## What to do
Among the lines below, take the one holding "(-30.4815798247, -0.7743246052), align=None)", the one holding "# F4 (on face) → F5 (cut, through all)", and all lines between them. Set them down exactly.

## The data
--------------------------------

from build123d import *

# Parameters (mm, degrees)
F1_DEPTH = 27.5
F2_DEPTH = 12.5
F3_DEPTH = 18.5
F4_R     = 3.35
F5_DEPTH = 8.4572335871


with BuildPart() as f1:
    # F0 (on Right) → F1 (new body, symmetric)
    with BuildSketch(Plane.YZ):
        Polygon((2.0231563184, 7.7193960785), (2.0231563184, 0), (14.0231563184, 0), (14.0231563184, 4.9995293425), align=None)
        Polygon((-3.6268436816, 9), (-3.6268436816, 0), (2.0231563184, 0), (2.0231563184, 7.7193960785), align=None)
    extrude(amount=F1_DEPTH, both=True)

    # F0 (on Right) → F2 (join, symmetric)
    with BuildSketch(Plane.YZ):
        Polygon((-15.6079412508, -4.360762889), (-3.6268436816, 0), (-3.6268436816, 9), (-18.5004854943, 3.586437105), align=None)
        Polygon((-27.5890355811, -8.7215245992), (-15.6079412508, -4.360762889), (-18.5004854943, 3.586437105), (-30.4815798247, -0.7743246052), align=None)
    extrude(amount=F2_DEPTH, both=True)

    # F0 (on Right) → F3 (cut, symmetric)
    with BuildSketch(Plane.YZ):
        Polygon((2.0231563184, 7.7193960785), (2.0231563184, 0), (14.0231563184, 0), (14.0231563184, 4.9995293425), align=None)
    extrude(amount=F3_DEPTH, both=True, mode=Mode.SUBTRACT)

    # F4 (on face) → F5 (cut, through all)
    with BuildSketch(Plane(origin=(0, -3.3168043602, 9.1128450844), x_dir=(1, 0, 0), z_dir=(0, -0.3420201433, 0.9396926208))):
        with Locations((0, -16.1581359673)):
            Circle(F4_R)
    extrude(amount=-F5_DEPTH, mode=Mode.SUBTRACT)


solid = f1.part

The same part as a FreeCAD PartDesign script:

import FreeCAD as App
import Part
import Sketcher

V = App.Vector
Q = App.Units.Quantity

doc = App.newDocument("Part")
params = doc.addObject("Spreadsheet::Sheet", "Params")
for row, (alias, value) in enumerate([
    ("sketch1_height", "9 mm"),
    ("sketch1_width", "17.65 mm"),
    ("pad1_length", "55 mm"),
    ("sketch2_height", "9 mm"),
    ("pad2_length", "25 mm"),
    ("sketch3_width", "12 mm"),
    ("pocket1_length", "37 mm"),
    ("sketch4_diameter", "6.7 mm"),
], start=1):
    params.set(f"A{row}", alias)
    params.set(f"B{row}", "=" + value)
    params.setAlias(f"B{row}", alias)

body = doc.addObject("PartDesign::Body", "Body")

sketch1 = body.newObject("Sketcher::SketchObject", "Sketch")
sketch1.AttachmentSupport = (doc.getObject("YZ_Plane"), [""])
sketch1.MapMode = "FlatFace"
sketch1.addGeometry(Part.LineSegment(V(14, 0, 0), V(14, 5, 0)), False)
sketch1.addGeometry(Part.LineSegment(V(14, 5, 0), V(2, 7.7, 0)), False)
sketch1.addGeometry(Part.LineSegment(V(2, 7.7, 0), V(-3.6, 9, 0)), False)
sketch1.addGeometry(Part.LineSegment(V(-3.6, 9, 0), V(-3.6, 0, 0)), False)
sketch1.addGeometry(Part.LineSegment(V(-3.6, 0, 0), V(14, 0, 0)), False)
sketch1.addConstraint(Sketcher.Constraint("Coincident", 0, 2, 1, 1))
sketch1.addConstraint(Sketcher.Constraint("Coincident", 1, 2, 2, 1))
sketch1.addConstraint(Sketcher.Constraint("Coincident", 2, 2, 3, 1))
sketch1.addConstraint(Sketcher.Constraint("Coincident", 3, 2, 4, 1))
sketch1.addConstraint(Sketcher.Constraint("Coincident", 4, 2, 0, 1))
sketch1.addConstraint(Sketcher.Constraint("Vertical", 0))
sketch1.addConstraint(Sketcher.Constraint("Vertical", 3))
sketch1.addConstraint(Sketcher.Constraint("Horizontal", 4))
sketch1.addConstraint(Sketcher.Constraint("PointOnObject", 3, 2, -1))
sketch1.addConstraint(Sketcher.Constraint("Parallel", 1, 2))
sketch1.addConstraint(Sketcher.Constraint("DistanceY", 3, 2, 3, 1, Q("9 mm")))
sketch1.addConstraint(Sketcher.Constraint("DistanceX", 1, 2, 0, 2, Q("12 mm")))
sketch1.addConstraint(Sketcher.Constraint("DistanceX", 4, 1, 4, 2, Q("17.65 mm")))
sketch1.addConstraint(Sketcher.Constraint("DistanceY", 0, 1, 0, 2, Q("4.999529 mm")))
sketch1.addConstraint(Sketcher.Constraint("DistanceX", -1, 1, 0, 2, Q("14.023156 mm")))
sketch1.setExpression("Constraints[10]", "Params.sketch1_height")
sketch1.setExpression("Constraints[12]", "Params.sketch1_width")
pad1 = body.newObject("PartDesign::Pad", "Pad")
pad1.Profile = sketch1
pad1.setExpression("Length", "Params.pad1_length")
pad1.Midplane = True

sketch2 = body.newObject("Sketcher::SketchObject", "Sketch001")
sketch2.AttachmentSupport = (doc.getObject("YZ_Plane"), [""])
sketch2.MapMode = "FlatFace"
sketch2.addGeometry(Part.LineSegment(V(-16, -4, 0), V(-4, 0, 0)), False)
sketch2.addGeometry(Part.LineSegment(V(-4, 0, 0), V(-4, 9, 0)), False)
sketch2.addGeometry(Part.LineSegment(V(-4, 9, 0), V(-19, 4, 0)), False)
sketch2.addGeometry(Part.LineSegment(V(-19, 4, 0), V(-30, -1, 0)), False)
sketch2.addGeometry(Part.LineSegment(V(-30, -1, 0), V(-28, -9, 0)), False)
sketch2.addGeometry(Part.LineSegment(V(-28, -9, 0), V(-16, -4, 0)), False)
sketch2.addConstraint(Sketcher.Constraint("Coincident", 0, 2, 1, 1))
sketch2.addConstraint(Sketcher.Constraint("Coincident", 1, 2, 2, 1))
sketch2.addConstraint(Sketcher.Constraint("Coincident", 2, 2, 3, 1))
sketch2.addConstraint(Sketcher.Constraint("Coincident", 3, 2, 4, 1))
sketch2.addConstraint(Sketcher.Constraint("Coincident", 4, 2, 5, 1))
sketch2.addConstraint(Sketcher.Constraint("Coincident", 5, 2, 0, 1))
sketch2.addConstraint(Sketcher.Constraint("Vertical", 1))
sketch2.addConstraint(Sketcher.Constraint("PointOnObject", 0, 2, -1))
sketch2.addConstraint(Sketcher.Constraint("Parallel", 0, 2))
sketch2.addConstraint(Sketcher.Constraint("Parallel", 2, 3))
sketch2.addConstraint(Sketcher.Constraint("Perpendicular", 3, 4))
sketch2.addConstraint(Sketcher.Constraint("Perpendicular", 4, 5))
sketch2.addConstraint(Sketcher.Constraint("Equal", 3, 5))
sketch2.addConstraint(Sketcher.Constraint("DistanceY", 1, 1, 1, 2, Q("9 mm")))
sketch2.addConstraint(Sketcher.Constraint("Angle", 0, Q("20 deg")))
sketch2.addConstraint(Sketcher.Constraint("Distance", 2, Q("15.828199 mm")))
sketch2.addConstraint(Sketcher.Constraint("DistanceX", 3, 2, -1, 1, Q("30.48158 mm")))
sketch2.addConstraint(Sketcher.Constraint("DistanceX", 5, 2, -1, 1, Q("15.607941 mm")))
sketch2.setExpression("Constraints[13]", "Params.sketch2_height")
pad2 = body.newObject("PartDesign::Pad", "Pad001")
pad2.Profile = sketch2
pad2.setExpression("Length", "Params.pad2_length")
pad2.Midplane = True

sketch3 = body.newObject("Sketcher::SketchObject", "Sketch002")
sketch3.AttachmentSupport = (doc.getObject("YZ_Plane"), [""])
sketch3.MapMode = "FlatFace"
sketch3.addGeometry(Part.LineSegment(V(2, 7.7, 0), V(2, 0, 0)), False)
sketch3.addGeometry(Part.LineSegment(V(2, 0, 0), V(14, 0, 0)), False)
sketch3.addGeometry(Part.LineSegment(V(14, 0, 0), V(14, 5, 0)), False)
sketch3.addGeometry(Part.LineSegment(V(14, 5, 0), V(2, 7.7, 0)), False)
sketch3.addConstraint(Sketcher.Constraint("Coincident", 0, 2, 1, 1))
sketch3.addConstraint(Sketcher.Constraint("Coincident", 1, 2, 2, 1))
sketch3.addConstraint(Sketcher.Constraint("Coincident", 2, 2, 3, 1))
sketch3.addConstraint(Sketcher.Constraint("Coincident", 3, 2, 0, 1))
sketch3.addConstraint(Sketcher.Constraint("Vertical", 0))
sketch3.addConstraint(Sketcher.Constraint("Horizontal", 1))
sketch3.addConstraint(Sketcher.Constraint("Vertical", 2))
sketch3.addConstraint(Sketcher.Constraint("PointOnObject", 0, 2, -1))
sketch3.addConstraint(Sketcher.Constraint("DistanceX", 1, 1, 1, 2, Q("12 mm")))
sketch3.addConstraint(Sketcher.Constraint("DistanceY", 2, 1, 2, 2, Q("4.999529 mm")))
sketch3.addConstraint(Sketcher.Constraint("DistanceY", 0, 2, 0, 1, Q("7.719396 mm")))
sketch3.addConstraint(Sketcher.Constraint("DistanceX", -1, 1, 0, 2, Q("2.023156 mm")))
sketch3.setExpression("Constraints[8]", "Params.sketch3_width")
pocket1 = body.newObject("PartDesign::Pocket", "Pocket")
pocket1.Profile = sketch3
pocket1.setExpression("Length", "Params.pocket1_length")
pocket1.Midplane = True

sketch4 = body.newObject("Sketcher::SketchObject", "Sketch003")
sketch4.Placement = App.Placement(V(0, -3.316804, 9.112845), App.Rotation(V(1, 0, 0), V(0, 0.939692621, 0.342020143), V(0, -0.342020143, 0.939692621), "ZXY"))
sketch4.addGeometry(Part.Circle(V(0, -16.2, 0), V(0, 0, 1), 3.4), False)
sketch4.addConstraint(Sketcher.Constraint("PointOnObject", 0, 3, -2))
sketch4.addConstraint(Sketcher.Constraint("Diameter", 0, Q("6.7 mm")))
sketch4.addConstraint(Sketcher.Constraint("DistanceY", 0, 3, -1, 1, Q("16.158136 mm")))
sketch4.setExpression("Constraints[1]", "Params.sketch4_diameter")
pocket2 = body.newObject("PartDesign::Pocket", "Pocket001")
pocket2.Profile = sketch4
pocket2.Type = "ThroughAll"

doc.recompute()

--------------------------------

## Result
        Polygon((-27.5890355811, -8.7215245992), (-15.6079412508, -4.360762889), (-18.5004854943, 3.586437105), (-30.4815798247, -0.7743246052), align=None)
    extrude(amount=F2_DEPTH, both=True)

    # F0 (on Right) → F3 (cut, symmetric)
    with BuildSketch(Plane.YZ):
        Polygon((2.0231563184, 7.7193960785), (2.0231563184, 0), (14.0231563184, 0), (14.0231563184, 4.9995293425), align=None)
    extrude(amount=F3_DEPTH, both=True, mode=Mode.SUBTRACT)

    # F4 (on face) → F5 (cut, through all)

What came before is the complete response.